# Vapor Roadtrip



## mikebtimm (5/6/14)

Alright, so this morning I decided I want to do a vapor roadtrip trhough Cape Town and see visit stores around town to see where everything is and what everyone stocks.. but it's a little difficult to plan a trip as I don't know exactly where vape stores are located in Cape Town?

Is there maybe a thread or list of vendors and stores in Cape Town area? I'm pretty amped to see some gear and meet people who know more than me. 

Thanks in advance  
Mike

Sent from my SM-N9005 using Tapatalk


----------



## Metal Liz (5/6/14)

as far as i know this is the only list we have on the forum so far, they're still busy updating the list though...

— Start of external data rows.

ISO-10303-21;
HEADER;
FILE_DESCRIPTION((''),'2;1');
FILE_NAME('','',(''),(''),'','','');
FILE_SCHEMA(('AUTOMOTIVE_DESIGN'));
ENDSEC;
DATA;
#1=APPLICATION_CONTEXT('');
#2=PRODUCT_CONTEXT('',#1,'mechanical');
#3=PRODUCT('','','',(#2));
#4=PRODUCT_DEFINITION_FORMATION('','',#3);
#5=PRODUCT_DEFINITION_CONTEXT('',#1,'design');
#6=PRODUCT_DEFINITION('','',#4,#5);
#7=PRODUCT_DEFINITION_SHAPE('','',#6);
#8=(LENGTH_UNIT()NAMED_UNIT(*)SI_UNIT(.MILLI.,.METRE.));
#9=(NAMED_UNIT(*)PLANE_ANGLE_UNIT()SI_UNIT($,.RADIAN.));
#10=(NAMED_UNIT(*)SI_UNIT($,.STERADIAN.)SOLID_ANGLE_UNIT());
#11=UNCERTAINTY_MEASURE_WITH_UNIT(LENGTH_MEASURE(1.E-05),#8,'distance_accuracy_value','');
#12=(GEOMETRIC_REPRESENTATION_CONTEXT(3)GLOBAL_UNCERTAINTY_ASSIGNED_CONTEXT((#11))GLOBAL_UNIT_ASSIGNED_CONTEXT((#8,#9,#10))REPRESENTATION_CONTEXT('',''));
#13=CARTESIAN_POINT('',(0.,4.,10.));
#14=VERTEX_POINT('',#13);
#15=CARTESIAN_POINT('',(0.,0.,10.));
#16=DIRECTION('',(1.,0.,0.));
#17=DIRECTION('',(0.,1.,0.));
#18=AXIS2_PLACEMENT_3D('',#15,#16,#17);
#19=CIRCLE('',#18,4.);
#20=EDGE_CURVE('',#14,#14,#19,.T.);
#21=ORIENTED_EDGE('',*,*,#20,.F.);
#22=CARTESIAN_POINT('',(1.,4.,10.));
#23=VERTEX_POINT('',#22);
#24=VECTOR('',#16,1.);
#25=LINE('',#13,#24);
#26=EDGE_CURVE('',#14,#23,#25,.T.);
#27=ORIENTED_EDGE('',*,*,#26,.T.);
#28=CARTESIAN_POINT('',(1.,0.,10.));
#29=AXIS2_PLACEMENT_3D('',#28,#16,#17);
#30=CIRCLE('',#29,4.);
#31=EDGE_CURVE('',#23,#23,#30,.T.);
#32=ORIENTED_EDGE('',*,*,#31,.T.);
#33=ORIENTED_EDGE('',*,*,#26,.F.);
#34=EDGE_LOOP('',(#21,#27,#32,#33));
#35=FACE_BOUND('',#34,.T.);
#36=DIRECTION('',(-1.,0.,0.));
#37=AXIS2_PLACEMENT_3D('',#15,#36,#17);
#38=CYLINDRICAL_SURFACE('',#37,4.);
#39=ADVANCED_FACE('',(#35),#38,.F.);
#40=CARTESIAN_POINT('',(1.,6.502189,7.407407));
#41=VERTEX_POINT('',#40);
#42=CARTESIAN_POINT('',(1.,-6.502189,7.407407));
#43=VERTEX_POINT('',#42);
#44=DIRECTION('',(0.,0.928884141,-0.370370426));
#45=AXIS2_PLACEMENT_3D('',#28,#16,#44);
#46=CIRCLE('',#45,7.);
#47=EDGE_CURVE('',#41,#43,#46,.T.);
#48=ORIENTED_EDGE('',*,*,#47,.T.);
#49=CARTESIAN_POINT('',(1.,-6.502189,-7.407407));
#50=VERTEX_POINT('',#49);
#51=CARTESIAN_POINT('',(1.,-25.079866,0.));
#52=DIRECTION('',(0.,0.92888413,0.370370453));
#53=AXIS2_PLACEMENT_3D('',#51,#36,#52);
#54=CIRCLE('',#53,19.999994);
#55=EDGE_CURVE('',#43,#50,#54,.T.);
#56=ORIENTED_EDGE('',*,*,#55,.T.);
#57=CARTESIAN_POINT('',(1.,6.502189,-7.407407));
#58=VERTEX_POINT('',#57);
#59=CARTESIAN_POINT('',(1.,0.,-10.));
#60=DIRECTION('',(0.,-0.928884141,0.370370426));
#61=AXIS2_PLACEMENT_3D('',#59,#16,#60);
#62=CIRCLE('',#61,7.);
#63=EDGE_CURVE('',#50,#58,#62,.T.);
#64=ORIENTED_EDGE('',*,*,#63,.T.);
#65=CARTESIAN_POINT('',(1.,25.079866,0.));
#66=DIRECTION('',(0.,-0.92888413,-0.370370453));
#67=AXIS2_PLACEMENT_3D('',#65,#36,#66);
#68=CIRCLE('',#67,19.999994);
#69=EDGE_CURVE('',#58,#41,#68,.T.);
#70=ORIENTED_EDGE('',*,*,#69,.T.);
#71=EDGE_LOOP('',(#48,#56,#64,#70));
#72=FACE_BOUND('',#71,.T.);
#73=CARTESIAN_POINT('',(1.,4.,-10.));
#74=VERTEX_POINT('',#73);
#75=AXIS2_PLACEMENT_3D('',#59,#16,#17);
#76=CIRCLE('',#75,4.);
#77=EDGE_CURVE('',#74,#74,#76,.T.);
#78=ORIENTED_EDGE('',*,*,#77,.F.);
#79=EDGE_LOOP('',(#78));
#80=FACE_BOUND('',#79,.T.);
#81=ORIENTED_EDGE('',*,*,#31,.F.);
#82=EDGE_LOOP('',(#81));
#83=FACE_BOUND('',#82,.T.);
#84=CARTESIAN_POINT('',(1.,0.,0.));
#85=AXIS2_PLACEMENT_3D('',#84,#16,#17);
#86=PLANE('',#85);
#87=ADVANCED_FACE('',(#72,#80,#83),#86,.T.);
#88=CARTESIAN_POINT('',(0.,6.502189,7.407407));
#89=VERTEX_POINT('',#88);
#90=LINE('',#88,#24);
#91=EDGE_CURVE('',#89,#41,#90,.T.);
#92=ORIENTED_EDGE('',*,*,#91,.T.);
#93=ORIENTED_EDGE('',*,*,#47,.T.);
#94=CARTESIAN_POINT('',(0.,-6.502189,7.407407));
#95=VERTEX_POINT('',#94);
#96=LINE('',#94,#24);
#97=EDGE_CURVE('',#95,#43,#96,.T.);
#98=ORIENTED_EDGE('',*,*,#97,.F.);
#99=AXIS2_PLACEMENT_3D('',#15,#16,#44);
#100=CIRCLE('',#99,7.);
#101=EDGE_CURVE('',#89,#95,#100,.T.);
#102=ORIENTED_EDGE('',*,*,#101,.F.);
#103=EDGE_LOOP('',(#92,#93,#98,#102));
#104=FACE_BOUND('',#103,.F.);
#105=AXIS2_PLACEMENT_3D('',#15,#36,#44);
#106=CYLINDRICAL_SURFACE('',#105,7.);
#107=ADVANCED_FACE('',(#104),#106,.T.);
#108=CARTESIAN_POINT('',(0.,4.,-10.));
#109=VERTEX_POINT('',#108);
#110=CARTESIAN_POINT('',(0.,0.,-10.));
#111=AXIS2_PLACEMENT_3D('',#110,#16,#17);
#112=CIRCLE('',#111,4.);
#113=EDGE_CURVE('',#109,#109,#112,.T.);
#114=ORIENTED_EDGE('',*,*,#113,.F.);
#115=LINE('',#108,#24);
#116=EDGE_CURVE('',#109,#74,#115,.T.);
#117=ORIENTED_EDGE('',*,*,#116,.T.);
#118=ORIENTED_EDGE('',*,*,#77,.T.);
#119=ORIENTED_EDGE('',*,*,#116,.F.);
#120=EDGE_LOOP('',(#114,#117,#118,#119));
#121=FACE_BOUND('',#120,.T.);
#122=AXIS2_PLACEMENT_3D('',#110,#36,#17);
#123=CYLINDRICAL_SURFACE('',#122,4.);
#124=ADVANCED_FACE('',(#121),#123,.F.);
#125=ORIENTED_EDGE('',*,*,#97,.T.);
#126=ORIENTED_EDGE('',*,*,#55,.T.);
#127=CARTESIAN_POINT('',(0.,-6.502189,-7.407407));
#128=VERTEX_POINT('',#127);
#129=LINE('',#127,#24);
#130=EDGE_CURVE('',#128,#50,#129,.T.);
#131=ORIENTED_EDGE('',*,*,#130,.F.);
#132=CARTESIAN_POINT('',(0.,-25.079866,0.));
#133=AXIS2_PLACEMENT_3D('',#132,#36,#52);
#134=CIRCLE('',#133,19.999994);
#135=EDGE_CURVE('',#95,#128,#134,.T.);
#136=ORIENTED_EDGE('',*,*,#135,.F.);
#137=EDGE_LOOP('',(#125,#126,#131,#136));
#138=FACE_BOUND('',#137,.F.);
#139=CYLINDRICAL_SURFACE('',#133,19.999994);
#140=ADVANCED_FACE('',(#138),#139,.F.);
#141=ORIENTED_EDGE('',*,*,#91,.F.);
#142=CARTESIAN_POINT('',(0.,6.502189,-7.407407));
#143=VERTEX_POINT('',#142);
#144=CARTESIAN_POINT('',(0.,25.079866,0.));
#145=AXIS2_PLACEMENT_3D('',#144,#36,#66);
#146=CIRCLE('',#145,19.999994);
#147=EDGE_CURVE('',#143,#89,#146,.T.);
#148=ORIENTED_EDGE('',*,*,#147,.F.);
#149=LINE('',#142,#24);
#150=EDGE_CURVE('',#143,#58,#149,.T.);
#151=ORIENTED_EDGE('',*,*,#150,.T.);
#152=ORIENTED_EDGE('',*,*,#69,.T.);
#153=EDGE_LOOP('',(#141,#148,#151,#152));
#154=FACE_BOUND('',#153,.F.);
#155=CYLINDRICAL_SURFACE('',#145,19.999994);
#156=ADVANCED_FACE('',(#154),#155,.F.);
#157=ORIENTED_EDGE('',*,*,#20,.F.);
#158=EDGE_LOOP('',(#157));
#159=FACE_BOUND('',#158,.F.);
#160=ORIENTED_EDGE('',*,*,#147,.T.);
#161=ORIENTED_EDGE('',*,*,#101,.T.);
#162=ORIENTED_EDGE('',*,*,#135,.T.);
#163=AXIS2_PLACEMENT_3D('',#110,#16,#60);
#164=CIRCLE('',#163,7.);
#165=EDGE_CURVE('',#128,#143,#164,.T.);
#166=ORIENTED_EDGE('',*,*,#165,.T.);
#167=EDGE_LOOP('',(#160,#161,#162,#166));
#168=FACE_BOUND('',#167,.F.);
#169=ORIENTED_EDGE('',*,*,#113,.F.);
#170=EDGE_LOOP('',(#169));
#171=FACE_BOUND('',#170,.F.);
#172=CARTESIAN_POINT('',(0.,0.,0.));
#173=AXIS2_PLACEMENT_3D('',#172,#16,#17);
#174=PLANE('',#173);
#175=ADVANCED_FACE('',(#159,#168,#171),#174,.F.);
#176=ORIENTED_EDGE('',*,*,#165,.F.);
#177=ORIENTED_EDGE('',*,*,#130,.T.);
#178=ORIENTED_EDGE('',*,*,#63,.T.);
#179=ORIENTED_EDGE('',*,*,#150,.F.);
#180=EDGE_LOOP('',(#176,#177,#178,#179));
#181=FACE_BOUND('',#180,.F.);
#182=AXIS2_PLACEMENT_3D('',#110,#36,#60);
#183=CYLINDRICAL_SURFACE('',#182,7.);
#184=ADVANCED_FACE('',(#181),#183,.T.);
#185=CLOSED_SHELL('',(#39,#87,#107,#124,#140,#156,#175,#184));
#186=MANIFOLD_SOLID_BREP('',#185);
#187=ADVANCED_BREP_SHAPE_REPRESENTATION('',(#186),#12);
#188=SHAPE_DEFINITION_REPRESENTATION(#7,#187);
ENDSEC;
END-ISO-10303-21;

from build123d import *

# Parameters (mm, degrees)
F0_R     = 4
F1_DEPTH = 1


with BuildPart() as f1:
    # F0 (on Right) → F1 (new body)
    with BuildSketch(Plane.YZ):
        with BuildLine():
            ThreePointArc((6.502189, -7.407407), (5.079872, 0), (6.502189, 7.407407))
            ThreePointArc((6.502189, 7.407407), (0, 17), (-6.502189, 7.407407))
            ThreePointArc((-6.502189, 7.407407), (-5.079872, 0), (-6.502189, -7.407407))
            ThreePointArc((-6.502189, -7.407407), (0, -17), (6.502189, -7.407407))
        make_face()
        with Locations((0, -10)):
            Circle(F0_R, mode=Mode.SUBTRACT)
        with Locations((0, 10)):
            Circle(F0_R, mode=Mode.SUBTRACT)
    extrude(amount=F1_DEPTH)


solid = f1.part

http://www.ecigssa.co.za/threads/vape-outlets-in-rsa.2749/

Reactions: Agree 1


----------



## mikebtimm (5/6/14)

Perfect. Thanks! I'll check it out 

Sent from my SM-N9005 using Tapatalk

Reactions: Like 1


----------



## Andre (5/6/14)

That sounds like an awesome idea. Of the top of my head the following vendors are in Cape Town area:

VapeMob
VapeCulture
Vaporize
Vapour Mountain
Valley Vapour
Lekka Vapors
VapeOR
Cape Vaping Supplies
Electrostix
Check out our reseller section for contact details. Not all have brick and mortar shops.

Reactions: Like 1 | Informative 1


----------



## mikebtimm (5/6/14)

Thanks @Matthee! Good start to my planning already! I will contact all and see what I can organise. Literally joined the forum in time to miss the cape vape meet 2 by 1 week 

Sent from my SM-N9005 using Tapatalk


----------



## Riaz (5/6/14)

mikebtimm said:


> Thanks @Matthee! Good start to my planning already! I will contact all and see what I can organise. Literally joined the forum in time to miss the cape vape meet 2 by 1 week
> 
> Sent from my SM-N9005 using Tapatalk


there will be more buddy, and they get better and better


----------



## mikebtimm (5/6/14)

I was so bummed about it. But yes! I'm so amped for the next one !!

Sent from my SM-N9005 using Tapatalk


----------